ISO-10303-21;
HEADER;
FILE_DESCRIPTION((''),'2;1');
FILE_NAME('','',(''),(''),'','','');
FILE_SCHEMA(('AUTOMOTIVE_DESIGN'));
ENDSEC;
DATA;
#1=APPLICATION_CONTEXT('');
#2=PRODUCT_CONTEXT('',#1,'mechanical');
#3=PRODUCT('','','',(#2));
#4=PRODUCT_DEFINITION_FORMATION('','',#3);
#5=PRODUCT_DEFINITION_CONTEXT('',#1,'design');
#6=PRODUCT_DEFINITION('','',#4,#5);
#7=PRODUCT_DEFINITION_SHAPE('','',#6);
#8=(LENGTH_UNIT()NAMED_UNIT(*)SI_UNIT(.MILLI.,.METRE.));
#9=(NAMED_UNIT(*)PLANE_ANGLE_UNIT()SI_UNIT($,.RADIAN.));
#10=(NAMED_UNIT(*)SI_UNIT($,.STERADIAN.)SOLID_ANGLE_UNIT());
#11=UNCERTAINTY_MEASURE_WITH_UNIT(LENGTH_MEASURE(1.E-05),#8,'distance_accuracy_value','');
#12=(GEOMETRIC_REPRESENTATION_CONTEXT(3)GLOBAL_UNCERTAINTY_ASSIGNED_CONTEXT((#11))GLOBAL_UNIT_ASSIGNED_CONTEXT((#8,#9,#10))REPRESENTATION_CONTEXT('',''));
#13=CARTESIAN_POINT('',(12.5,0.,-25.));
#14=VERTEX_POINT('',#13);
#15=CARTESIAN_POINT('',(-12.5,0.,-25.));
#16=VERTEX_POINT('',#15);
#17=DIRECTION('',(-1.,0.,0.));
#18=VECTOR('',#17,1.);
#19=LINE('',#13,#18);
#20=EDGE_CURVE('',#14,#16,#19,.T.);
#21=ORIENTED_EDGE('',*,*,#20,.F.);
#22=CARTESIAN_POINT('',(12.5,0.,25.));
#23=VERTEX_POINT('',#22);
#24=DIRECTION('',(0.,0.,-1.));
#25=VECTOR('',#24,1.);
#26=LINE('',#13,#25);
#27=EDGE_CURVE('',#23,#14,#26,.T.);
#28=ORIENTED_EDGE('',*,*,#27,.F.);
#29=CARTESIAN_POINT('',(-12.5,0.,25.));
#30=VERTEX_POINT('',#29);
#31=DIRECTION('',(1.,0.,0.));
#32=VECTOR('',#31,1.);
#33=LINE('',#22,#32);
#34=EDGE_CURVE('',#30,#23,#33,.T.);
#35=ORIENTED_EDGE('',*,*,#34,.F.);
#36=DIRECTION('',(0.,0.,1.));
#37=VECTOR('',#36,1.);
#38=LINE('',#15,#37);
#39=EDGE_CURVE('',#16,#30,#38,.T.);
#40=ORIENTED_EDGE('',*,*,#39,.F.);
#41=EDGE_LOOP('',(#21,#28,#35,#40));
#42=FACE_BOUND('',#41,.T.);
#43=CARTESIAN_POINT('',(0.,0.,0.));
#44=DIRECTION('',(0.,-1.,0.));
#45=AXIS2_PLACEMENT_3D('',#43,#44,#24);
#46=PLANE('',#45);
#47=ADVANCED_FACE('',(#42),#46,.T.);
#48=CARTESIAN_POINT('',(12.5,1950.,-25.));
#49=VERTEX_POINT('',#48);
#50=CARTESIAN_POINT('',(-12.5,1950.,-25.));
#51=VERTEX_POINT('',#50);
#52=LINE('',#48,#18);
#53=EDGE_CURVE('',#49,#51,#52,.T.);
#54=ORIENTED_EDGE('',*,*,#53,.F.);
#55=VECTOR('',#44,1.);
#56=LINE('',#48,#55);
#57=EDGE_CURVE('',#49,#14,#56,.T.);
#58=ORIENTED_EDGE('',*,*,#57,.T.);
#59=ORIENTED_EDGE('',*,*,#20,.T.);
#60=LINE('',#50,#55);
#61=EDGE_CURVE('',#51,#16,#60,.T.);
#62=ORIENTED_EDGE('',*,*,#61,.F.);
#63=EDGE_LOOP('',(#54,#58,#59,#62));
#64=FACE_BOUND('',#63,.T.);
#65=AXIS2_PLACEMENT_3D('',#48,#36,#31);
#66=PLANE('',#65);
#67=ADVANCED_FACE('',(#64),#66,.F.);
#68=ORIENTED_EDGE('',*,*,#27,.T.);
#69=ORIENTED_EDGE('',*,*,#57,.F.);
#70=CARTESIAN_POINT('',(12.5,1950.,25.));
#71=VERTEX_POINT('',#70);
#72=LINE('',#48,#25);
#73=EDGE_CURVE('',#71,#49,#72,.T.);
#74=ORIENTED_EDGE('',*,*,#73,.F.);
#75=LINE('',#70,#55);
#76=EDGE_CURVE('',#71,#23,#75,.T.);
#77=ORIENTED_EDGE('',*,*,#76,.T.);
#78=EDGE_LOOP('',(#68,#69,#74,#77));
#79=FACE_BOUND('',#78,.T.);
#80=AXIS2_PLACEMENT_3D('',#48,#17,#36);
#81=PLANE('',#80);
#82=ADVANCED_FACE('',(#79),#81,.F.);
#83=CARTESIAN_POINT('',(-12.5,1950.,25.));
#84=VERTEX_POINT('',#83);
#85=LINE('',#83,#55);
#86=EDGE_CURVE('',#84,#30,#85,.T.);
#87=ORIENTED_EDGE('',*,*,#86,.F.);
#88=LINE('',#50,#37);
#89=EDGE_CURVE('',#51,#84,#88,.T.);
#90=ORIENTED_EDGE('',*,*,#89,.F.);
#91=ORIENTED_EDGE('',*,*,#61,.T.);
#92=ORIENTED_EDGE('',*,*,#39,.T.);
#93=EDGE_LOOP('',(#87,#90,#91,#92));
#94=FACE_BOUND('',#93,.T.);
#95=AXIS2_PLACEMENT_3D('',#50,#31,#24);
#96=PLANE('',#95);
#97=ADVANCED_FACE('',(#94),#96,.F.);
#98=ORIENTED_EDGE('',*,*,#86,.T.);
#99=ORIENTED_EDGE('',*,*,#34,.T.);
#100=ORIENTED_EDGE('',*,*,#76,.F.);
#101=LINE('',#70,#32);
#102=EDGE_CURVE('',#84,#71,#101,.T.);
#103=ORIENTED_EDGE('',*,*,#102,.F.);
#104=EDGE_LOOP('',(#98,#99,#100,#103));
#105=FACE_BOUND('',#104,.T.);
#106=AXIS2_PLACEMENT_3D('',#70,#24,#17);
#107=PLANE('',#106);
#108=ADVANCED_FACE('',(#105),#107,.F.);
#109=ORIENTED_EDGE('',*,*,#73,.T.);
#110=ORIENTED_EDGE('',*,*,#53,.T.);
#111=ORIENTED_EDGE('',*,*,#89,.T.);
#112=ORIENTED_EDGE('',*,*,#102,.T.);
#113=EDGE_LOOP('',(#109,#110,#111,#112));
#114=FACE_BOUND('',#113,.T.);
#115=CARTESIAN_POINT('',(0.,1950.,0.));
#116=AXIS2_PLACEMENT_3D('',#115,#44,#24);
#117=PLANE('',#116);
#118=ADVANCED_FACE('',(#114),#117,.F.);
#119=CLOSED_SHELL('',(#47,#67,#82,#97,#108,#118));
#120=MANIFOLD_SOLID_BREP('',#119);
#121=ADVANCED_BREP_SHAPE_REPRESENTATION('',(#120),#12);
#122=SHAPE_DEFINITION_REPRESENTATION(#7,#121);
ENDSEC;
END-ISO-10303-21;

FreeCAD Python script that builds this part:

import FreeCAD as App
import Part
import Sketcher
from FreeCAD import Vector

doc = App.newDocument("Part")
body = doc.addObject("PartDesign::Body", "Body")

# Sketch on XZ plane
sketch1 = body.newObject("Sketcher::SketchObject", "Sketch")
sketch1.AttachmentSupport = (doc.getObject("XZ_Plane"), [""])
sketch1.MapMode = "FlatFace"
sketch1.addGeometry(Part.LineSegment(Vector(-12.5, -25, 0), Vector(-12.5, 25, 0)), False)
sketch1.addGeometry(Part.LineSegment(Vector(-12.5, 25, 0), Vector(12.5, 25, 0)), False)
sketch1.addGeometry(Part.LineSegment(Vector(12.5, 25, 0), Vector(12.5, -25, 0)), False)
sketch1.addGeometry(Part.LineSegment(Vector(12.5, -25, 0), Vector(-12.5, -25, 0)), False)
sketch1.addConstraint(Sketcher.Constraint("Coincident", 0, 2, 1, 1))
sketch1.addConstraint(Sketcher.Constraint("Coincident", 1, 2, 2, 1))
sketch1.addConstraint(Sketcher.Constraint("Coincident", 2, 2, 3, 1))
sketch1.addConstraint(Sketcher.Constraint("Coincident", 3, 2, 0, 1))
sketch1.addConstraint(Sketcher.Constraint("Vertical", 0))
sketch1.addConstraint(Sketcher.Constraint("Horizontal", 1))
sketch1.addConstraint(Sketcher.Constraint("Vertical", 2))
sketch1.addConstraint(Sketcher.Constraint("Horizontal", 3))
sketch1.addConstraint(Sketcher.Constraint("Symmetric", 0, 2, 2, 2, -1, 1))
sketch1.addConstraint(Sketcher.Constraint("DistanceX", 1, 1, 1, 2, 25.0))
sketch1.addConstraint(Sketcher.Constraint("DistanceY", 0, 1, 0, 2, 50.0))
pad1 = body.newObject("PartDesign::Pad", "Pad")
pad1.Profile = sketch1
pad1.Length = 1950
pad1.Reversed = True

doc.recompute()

※ ※ ※

> _WORK ITEM_
Find "#79=FACE_BOUND('',#78,.T.);" in the entries above and copy that whole line exactly, then each line after it through the line that contains "FreeCAD Python script".

> _ANSWER TO THIS PROBLEM_
#79=FACE_BOUND('',#78,.T.);
#80=AXIS2_PLACEMENT_3D('',#48,#17,#36);
#81=PLANE('',#80);
#82=ADVANCED_FACE('',(#79),#81,.F.);
#83=CARTESIAN_POINT('',(-12.5,1950.,25.));
#84=VERTEX_POINT('',#83);
#85=LINE('',#83,#55);
#86=EDGE_CURVE('',#84,#30,#85,.T.);
#87=ORIENTED_EDGE('',*,*,#86,.F.);
#88=LINE('',#50,#37);
#89=EDGE_CURVE('',#51,#84,#88,.T.);
#90=ORIENTED_EDGE('',*,*,#89,.F.);
#91=ORIENTED_EDGE('',*,*,#61,.T.);
#92=ORIENTED_EDGE('',*,*,#39,.T.);
#93=EDGE_LOOP('',(#87,#90,#91,#92));
#94=FACE_BOUND('',#93,.T.);
#95=AXIS2_PLACEMENT_3D('',#50,#31,#24);
#96=PLANE('',#95);
#97=ADVANCED_FACE('',(#94),#96,.F.);
#98=ORIENTED_EDGE('',*,*,#86,.T.);
#99=ORIENTED_EDGE('',*,*,#34,.T.);
#100=ORIENTED_EDGE('',*,*,#76,.F.);
#101=LINE('',#70,#32);
#102=EDGE_CURVE('',#84,#71,#101,.T.);
#103=ORIENTED_EDGE('',*,*,#102,.F.);
#104=EDGE_LOOP('',(#98,#99,#100,#103));
#105=FACE_BOUND('',#104,.T.);
#106=AXIS2_PLACEMENT_3D('',#70,#24,#17);
#107=PLANE('',#106);
#108=ADVANCED_FACE('',(#105),#107,.F.);
#109=ORIENTED_EDGE('',*,*,#73,.T.);
#110=ORIENTED_EDGE('',*,*,#53,.T.);
#111=ORIENTED_EDGE('',*,*,#89,.T.);
#112=ORIENTED_EDGE('',*,*,#102,.T.);
#113=EDGE_LOOP('',(#109,#110,#111,#112));
#114=FACE_BOUND('',#113,.T.);
#115=CARTESIAN_POINT('',(0.,1950.,0.));
#116=AXIS2_PLACEMENT_3D('',#115,#44,#24);
#117=PLANE('',#116);
#118=ADVANCED_FACE('',(#114),#117,.F.);
#119=CLOSED_SHELL('',(#47,#67,#82,#97,#108,#118));
#120=MANIFOLD_SOLID_BREP('',#119);
#121=ADVANCED_BREP_SHAPE_REPRESENTATION('',(#120),#12);
#122=SHAPE_DEFINITION_REPRESENTATION(#7,#121);
ENDSEC;
END-ISO-10303-21;

FreeCAD Python script that builds this part:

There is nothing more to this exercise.